**Aim of the task**. What is needed here is an exact repetition of the records below, beginning at the line that has "f 286 347 348" and stopping after the line that has "f 132 131 296".

**Excerpted records**.
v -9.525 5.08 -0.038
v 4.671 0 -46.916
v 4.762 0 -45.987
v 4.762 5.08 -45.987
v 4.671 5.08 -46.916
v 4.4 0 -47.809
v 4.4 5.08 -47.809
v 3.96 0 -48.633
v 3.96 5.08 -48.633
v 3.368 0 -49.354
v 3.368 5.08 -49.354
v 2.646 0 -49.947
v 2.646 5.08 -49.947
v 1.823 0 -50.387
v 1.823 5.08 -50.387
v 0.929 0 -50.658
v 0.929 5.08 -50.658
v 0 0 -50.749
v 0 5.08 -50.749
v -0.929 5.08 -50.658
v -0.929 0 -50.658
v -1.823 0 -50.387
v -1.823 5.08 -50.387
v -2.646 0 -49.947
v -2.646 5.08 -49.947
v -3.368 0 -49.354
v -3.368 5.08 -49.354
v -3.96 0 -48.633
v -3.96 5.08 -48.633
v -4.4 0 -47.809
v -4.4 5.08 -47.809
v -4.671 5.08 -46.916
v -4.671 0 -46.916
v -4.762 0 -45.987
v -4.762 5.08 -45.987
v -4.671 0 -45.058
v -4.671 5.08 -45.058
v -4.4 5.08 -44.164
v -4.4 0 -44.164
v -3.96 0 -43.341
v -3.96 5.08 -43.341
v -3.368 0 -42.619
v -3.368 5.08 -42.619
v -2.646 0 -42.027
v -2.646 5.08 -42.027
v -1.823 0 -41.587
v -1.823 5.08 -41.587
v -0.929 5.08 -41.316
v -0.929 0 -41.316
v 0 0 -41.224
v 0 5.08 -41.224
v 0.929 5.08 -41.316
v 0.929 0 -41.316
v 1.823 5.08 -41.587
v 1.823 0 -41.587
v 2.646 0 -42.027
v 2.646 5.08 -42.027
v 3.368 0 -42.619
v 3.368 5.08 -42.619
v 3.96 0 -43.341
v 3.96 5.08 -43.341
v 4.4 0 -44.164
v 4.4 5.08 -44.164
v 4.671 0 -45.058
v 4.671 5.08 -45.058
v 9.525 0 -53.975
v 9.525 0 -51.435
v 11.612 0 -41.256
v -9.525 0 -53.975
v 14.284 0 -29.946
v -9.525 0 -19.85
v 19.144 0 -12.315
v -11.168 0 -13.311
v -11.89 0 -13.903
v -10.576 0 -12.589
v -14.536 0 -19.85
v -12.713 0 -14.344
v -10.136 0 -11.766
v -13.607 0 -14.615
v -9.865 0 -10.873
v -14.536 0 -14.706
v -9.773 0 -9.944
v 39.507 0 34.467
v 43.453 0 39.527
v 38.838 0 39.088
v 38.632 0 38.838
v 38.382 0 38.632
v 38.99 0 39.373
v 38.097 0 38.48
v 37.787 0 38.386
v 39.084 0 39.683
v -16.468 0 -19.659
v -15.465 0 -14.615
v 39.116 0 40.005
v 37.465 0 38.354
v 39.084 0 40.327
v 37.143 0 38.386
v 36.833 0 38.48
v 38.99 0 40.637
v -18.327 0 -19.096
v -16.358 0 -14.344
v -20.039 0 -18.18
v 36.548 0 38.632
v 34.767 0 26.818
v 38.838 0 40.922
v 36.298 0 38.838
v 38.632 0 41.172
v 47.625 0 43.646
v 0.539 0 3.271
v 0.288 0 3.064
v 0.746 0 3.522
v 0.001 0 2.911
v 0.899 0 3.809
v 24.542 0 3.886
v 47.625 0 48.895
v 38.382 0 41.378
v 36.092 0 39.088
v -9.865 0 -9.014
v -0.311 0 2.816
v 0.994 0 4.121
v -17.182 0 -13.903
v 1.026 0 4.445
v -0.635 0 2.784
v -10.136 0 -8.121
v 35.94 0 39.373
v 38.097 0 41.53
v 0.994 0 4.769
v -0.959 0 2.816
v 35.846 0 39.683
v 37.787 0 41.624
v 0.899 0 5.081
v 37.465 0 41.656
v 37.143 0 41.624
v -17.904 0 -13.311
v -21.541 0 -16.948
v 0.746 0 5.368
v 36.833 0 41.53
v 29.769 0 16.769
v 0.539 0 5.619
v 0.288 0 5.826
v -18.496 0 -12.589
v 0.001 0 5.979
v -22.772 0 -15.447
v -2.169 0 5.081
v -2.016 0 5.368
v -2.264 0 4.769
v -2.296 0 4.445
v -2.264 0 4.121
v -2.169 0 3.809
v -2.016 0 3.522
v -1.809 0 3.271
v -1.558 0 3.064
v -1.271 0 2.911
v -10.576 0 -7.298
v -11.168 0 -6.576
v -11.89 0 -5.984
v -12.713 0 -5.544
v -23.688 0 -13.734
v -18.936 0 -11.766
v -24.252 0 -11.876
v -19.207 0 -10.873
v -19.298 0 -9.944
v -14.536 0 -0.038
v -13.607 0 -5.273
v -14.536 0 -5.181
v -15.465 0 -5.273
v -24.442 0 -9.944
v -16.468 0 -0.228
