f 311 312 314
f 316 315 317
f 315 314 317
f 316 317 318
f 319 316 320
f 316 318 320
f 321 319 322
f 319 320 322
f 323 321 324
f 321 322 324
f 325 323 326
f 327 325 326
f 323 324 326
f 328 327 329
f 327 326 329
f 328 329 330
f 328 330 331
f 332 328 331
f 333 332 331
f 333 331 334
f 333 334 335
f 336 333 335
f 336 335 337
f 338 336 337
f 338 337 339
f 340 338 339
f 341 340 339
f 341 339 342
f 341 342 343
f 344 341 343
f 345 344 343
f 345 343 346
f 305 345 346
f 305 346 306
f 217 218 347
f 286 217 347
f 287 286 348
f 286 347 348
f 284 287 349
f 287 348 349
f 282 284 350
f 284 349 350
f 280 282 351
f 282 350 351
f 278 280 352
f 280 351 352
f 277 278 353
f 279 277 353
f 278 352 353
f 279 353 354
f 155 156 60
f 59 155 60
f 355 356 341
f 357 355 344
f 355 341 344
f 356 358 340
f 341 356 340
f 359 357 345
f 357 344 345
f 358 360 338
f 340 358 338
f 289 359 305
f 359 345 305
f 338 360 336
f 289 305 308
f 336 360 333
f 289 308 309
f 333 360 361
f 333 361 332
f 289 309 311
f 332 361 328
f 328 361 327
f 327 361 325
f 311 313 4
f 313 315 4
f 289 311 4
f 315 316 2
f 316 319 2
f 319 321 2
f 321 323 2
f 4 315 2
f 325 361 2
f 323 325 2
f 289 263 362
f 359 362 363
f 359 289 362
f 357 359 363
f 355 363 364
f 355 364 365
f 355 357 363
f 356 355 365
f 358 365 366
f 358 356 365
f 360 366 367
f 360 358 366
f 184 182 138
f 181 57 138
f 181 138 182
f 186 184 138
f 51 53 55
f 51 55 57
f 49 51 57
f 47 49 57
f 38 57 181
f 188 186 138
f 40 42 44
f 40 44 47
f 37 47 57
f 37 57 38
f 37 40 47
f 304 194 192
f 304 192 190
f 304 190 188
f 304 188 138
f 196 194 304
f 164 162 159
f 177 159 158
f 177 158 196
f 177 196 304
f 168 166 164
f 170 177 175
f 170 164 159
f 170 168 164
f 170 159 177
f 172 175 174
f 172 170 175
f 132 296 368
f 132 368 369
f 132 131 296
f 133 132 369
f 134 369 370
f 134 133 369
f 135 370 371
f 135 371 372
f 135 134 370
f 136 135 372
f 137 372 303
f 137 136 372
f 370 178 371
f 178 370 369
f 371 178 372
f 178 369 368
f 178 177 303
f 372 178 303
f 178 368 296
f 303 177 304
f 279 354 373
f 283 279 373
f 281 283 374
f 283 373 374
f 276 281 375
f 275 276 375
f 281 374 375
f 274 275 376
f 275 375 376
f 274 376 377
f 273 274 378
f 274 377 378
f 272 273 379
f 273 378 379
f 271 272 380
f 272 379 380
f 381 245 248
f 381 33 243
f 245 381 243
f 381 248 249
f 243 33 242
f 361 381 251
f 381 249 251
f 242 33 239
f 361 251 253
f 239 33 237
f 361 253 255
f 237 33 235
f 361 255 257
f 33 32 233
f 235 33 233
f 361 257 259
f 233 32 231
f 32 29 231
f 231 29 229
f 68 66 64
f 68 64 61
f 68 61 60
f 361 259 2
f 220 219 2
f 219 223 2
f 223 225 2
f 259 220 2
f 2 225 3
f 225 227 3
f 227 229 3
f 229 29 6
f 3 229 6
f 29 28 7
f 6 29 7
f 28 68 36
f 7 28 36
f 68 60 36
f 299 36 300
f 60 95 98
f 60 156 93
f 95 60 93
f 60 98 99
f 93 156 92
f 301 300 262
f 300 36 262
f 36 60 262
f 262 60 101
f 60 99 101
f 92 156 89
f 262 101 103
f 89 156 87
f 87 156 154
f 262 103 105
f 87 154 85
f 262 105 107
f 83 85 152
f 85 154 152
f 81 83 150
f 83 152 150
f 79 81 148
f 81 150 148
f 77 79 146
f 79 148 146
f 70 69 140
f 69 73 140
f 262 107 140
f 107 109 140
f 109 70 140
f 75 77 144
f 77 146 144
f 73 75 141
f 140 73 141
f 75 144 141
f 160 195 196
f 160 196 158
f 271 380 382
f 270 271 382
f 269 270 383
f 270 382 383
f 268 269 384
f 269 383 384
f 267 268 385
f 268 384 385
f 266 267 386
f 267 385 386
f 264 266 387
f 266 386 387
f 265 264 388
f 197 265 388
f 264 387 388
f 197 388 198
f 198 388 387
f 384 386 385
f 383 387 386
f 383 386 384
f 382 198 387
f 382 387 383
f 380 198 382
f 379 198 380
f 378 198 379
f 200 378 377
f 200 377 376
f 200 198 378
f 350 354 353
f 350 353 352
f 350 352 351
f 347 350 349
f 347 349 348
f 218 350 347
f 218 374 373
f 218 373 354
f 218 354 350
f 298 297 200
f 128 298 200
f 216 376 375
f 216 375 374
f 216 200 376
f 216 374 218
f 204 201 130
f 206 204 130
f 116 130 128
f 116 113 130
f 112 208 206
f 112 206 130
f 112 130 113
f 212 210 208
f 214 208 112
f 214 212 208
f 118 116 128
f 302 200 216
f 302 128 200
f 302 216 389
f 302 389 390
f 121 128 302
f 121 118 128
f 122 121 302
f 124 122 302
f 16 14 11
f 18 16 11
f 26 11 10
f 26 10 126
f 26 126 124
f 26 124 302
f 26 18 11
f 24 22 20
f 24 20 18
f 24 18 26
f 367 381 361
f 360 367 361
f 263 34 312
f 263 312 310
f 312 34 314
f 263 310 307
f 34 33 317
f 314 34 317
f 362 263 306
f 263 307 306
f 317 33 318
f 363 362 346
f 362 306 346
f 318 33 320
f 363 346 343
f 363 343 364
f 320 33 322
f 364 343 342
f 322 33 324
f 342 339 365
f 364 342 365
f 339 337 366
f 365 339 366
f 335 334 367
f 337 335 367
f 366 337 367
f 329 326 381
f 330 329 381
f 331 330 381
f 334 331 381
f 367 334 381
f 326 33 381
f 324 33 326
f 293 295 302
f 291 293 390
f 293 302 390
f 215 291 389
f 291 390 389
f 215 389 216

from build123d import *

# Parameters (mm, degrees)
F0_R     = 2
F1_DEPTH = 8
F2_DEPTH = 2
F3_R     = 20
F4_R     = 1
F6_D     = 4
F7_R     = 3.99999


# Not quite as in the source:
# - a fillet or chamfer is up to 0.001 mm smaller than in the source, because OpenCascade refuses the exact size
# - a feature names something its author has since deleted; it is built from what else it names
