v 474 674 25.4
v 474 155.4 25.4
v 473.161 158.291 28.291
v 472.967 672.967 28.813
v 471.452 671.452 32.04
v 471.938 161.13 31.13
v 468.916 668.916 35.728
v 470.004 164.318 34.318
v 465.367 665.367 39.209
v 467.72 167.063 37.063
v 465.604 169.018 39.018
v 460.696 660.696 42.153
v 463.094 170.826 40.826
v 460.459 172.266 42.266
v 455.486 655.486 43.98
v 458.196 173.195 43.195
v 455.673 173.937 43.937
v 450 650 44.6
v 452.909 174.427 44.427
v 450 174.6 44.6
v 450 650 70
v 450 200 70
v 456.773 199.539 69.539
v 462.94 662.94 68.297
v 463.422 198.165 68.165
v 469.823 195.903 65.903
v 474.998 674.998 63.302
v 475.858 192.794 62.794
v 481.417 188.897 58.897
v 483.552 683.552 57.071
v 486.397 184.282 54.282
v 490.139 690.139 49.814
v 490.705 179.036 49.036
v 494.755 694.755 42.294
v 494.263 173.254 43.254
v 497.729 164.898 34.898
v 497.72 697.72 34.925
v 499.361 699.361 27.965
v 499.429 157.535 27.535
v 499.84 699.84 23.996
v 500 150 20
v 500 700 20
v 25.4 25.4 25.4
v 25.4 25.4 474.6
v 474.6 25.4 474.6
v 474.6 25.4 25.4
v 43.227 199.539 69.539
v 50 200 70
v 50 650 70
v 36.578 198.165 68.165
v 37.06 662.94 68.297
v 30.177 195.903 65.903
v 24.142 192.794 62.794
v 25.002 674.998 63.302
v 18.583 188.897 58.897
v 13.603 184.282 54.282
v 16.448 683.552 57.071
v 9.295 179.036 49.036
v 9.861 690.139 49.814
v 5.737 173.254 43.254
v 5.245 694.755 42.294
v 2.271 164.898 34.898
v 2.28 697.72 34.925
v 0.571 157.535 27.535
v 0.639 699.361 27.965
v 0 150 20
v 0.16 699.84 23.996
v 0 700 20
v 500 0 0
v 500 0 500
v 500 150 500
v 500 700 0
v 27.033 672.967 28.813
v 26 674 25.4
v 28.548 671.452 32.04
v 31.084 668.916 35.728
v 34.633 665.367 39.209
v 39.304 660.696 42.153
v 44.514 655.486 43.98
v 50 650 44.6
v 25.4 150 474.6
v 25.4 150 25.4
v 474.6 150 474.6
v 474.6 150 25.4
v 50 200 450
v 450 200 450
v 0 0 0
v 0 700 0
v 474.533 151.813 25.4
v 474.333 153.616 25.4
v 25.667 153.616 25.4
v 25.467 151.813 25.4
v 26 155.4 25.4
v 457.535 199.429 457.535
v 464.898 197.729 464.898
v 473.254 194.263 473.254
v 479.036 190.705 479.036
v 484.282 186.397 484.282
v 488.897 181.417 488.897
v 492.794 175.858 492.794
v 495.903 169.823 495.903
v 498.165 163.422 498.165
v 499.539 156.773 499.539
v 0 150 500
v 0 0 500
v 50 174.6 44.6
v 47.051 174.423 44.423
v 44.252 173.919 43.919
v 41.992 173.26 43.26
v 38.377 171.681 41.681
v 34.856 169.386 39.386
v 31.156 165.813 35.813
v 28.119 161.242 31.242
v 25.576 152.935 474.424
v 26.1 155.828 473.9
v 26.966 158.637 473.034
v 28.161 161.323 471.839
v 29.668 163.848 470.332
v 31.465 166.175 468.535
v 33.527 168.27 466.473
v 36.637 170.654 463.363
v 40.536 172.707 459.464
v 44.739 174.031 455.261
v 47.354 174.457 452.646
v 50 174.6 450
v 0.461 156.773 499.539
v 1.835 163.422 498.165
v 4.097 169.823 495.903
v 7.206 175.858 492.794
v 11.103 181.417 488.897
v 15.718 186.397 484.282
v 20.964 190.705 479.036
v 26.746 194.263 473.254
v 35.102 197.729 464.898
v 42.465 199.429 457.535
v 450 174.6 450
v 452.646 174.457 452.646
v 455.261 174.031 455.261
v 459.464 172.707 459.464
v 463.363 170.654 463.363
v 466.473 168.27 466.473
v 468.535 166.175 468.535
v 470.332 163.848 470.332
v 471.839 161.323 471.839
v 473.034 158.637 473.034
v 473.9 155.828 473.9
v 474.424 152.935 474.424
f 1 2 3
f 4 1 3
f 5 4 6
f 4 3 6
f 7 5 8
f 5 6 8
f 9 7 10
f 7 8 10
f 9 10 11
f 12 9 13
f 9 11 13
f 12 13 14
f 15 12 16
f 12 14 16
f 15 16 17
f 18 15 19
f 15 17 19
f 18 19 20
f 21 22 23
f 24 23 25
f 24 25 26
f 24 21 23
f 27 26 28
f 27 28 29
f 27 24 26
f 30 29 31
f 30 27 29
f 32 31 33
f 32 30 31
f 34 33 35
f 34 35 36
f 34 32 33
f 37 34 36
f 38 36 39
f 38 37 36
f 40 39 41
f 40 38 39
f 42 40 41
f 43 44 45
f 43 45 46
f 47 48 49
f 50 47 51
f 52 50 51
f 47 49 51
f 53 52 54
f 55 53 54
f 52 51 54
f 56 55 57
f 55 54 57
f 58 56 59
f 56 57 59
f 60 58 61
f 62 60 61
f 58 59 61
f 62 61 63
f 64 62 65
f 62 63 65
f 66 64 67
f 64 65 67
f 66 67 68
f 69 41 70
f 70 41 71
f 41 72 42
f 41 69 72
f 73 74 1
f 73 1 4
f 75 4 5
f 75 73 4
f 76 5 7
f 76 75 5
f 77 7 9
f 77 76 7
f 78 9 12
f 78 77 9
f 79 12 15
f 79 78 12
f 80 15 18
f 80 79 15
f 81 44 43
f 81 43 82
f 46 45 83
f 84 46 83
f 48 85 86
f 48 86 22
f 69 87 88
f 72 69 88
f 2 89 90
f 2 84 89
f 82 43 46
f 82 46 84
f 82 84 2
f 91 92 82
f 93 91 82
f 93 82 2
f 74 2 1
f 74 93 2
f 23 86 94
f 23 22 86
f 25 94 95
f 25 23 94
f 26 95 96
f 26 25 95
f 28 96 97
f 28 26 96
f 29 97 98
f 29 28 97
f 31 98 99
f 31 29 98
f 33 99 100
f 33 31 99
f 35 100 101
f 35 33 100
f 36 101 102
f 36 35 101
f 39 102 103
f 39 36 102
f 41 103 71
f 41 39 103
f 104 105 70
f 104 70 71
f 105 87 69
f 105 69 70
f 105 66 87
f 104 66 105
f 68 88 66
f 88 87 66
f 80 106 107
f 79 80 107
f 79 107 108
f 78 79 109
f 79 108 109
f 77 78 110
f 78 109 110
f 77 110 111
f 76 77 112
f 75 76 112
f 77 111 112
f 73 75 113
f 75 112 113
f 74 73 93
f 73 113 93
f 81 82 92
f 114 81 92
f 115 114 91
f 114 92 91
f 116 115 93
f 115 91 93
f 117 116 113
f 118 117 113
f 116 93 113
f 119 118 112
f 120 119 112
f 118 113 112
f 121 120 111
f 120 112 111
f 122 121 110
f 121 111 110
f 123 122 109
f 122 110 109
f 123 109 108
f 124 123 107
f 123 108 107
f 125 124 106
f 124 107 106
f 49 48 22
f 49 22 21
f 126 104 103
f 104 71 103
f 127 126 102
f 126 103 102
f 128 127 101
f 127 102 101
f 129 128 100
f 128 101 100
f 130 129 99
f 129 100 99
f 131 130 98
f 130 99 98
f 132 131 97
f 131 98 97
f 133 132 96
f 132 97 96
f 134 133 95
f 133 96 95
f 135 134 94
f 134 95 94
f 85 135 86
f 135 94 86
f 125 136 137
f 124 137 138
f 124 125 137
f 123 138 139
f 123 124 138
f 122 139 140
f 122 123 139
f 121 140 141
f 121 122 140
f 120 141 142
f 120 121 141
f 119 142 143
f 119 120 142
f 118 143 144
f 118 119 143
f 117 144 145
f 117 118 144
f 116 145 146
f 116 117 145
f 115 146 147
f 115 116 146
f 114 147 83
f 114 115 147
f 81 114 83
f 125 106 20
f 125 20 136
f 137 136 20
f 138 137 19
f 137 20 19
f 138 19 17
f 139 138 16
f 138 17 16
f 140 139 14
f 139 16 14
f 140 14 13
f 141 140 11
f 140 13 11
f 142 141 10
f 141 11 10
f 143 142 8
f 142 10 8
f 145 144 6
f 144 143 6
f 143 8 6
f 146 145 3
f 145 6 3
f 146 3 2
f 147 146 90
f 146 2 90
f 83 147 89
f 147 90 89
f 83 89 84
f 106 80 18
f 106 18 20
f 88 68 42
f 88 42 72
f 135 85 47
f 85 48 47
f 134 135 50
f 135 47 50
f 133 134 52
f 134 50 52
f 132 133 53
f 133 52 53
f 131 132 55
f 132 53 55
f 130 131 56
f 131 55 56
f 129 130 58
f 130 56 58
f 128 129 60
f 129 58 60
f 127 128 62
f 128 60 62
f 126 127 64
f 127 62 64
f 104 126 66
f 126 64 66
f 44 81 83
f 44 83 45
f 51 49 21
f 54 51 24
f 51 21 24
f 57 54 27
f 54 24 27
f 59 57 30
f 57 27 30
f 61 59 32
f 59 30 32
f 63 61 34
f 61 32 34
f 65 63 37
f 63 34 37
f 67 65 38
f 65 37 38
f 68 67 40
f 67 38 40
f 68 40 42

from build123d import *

# Parameters (mm, degrees)
BOSS_EXTRUDE1_DEPTH = 500
FILLET1_R           = 50
SHELL1_START        = 25.4
SHELL1_DEPTH        = 449.2
SHELL1_START_2      = 24
SHELL1_2_DEPTH      = 452
SHELL1_START_3      = 154
SHELL1_3_DEPTH      = 20.6
SHELL1_START_4      = 174.6
SHELL1_4_DEPTH      = 500.4


with BuildPart() as part:
    # Sketch1 → Boss-Extrude1 (new body)
    with BuildSketch(Plane(origin=(0, 0, 0), x_dir=(0, 0, -1), z_dir=(1, 0, 0))):
        Polygon((0, 0), (-500, 0), (-500, 200), (-70, 200), (-70, 700), (0, 700), (0, 41.235294118), align=None)
    extrude(amount=BOSS_EXTRUDE1_DEPTH)

    # Fillet1
    fillet1_edges = [part.edges().sort_by_distance(p)[0] for p in [
        (250, 200, 500),
        (250, 700, 70),
        (500, 450, 70),
        (500, 200, 285),
        (0, 200, 285),
        (0, 450, 70),
    ]]
    fillet(fillet1_edges, radius=FILLET1_R)

    # Shell1: read off the stored shape, not the designer's step
    # Shell1 outline → Shell1 (cut)
    with BuildSketch(Plane.YZ.offset(SHELL1_START)):
        with BuildLine():
            Line((25.4, 25.4), (674, 25.4))
            ThreePointArc((674, 25.4), (665.36749817, 39.209372712), (650, 44.6))
            Line((650, 44.6), (174.6, 44.6))
            Line((174.6, 44.6), (174.6, 450))
            ThreePointArc((174.6, 450), (167.394826817, 467.394826817), (150, 474.6))
            Line((150, 474.6), (25.4, 474.6))
            Line((25.4, 474.6), (25.4, 25.4))
        make_face()
    extrude(amount=SHELL1_DEPTH, mode=Mode.SUBTRACT)

    # Shell1 2 outline → Shell1 2 (add)
    with BuildSketch(Plane.XY.offset(SHELL1_START_2)):
        with BuildLine():
            ThreePointArc((25.4, 150), (32.605173183, 167.394826817), (50, 174.6))
            Line((50, 174.6), (25.4, 174.6))
            Line((25.4, 174.6), (25.4, 150))
        make_face()
        with BuildLine():
            ThreePointArc((450, 174.6), (467.394826817, 167.394826817), (474.6, 150))
            Line((474.6, 150), (474.6, 174.6))
            Line((474.6, 174.6), (450, 174.6))
        make_face()
    extrude(amount=SHELL1_2_DEPTH)

    # Shell1 3 outline → Shell1 3 (cut)
    with BuildSketch(Plane(origin=(0, 0, 0), x_dir=(1, 0, 0), z_dir=(0, 1, 0)).offset(SHELL1_START_3)):
        with BuildLine():
            ThreePointArc((450, -44.6), (465.36749817, -39.209372712), (474, -25.4))
            Line((474, -25.4), (26, -25.4))
            ThreePointArc((26, -25.4), (34.63250183, -39.209372712), (50, -44.6))
            Line((50, -44.6), (450, -44.6))
        make_face()
    extrude(amount=SHELL1_3_DEPTH, mode=Mode.SUBTRACT)

    # Shell1 4 outline → Shell1 4 (add)
    with BuildSketch(Plane(origin=(0, 0, 0), x_dir=(1, 0, 0), z_dir=(0, 1, 0)).offset(SHELL1_START_4)):
        with BuildLine():
            Line((474.6, -25.4), (474, -25.4))
            ThreePointArc((474, -25.4), (465.36749817, -39.209372712), (450, -44.6))
            Line((450, -44.6), (474.6, -44.6))
            Line((474.6, -44.6), (474.6, -25.4))
        make_face()
        with BuildLine():
            ThreePointArc((50, -44.6), (34.63250183, -39.209372712), (26, -25.4))
            Line((26, -25.4), (25.4, -25.4))
            Line((25.4, -25.4), (25.4, -44.6))
            Line((25.4, -44.6), (50, -44.6))
        make_face()
    extrude(amount=SHELL1_4_DEPTH)


solid = part.part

**Response to this exercise**.
f 286 347 348
f 284 287 349
f 287 348 349
f 282 284 350
f 284 349 350
f 280 282 351
f 282 350 351
f 278 280 352
f 280 351 352
f 277 278 353
f 279 277 353
f 278 352 353
f 279 353 354
f 155 156 60
f 59 155 60
f 355 356 341
f 357 355 344
f 355 341 344
f 356 358 340
f 341 356 340
f 359 357 345
f 357 344 345
f 358 360 338
f 340 358 338
f 289 359 305
f 359 345 305
f 338 360 336
f 289 305 308
f 336 360 333
f 289 308 309
f 333 360 361
f 333 361 332
f 289 309 311
f 332 361 328
f 328 361 327
f 327 361 325
f 311 313 4
f 313 315 4
f 289 311 4
f 315 316 2
f 316 319 2
f 319 321 2
f 321 323 2
f 4 315 2
f 325 361 2
f 323 325 2
f 289 263 362
f 359 362 363
f 359 289 362
f 357 359 363
f 355 363 364
f 355 364 365
f 355 357 363
f 356 355 365
f 358 365 366
f 358 356 365
f 360 366 367
f 360 358 366
f 184 182 138
f 181 57 138
f 181 138 182
f 186 184 138
f 51 53 55
f 51 55 57
f 49 51 57
f 47 49 57
f 38 57 181
f 188 186 138
f 40 42 44
f 40 44 47
f 37 47 57
f 37 57 38
f 37 40 47
f 304 194 192
f 304 192 190
f 304 190 188
f 304 188 138
f 196 194 304
f 164 162 159
f 177 159 158
f 177 158 196
f 177 196 304
f 168 166 164
f 170 177 175
f 170 164 159
f 170 168 164
f 170 159 177
f 172 175 174
f 172 170 175
f 132 296 368
f 132 368 369
f 132 131 296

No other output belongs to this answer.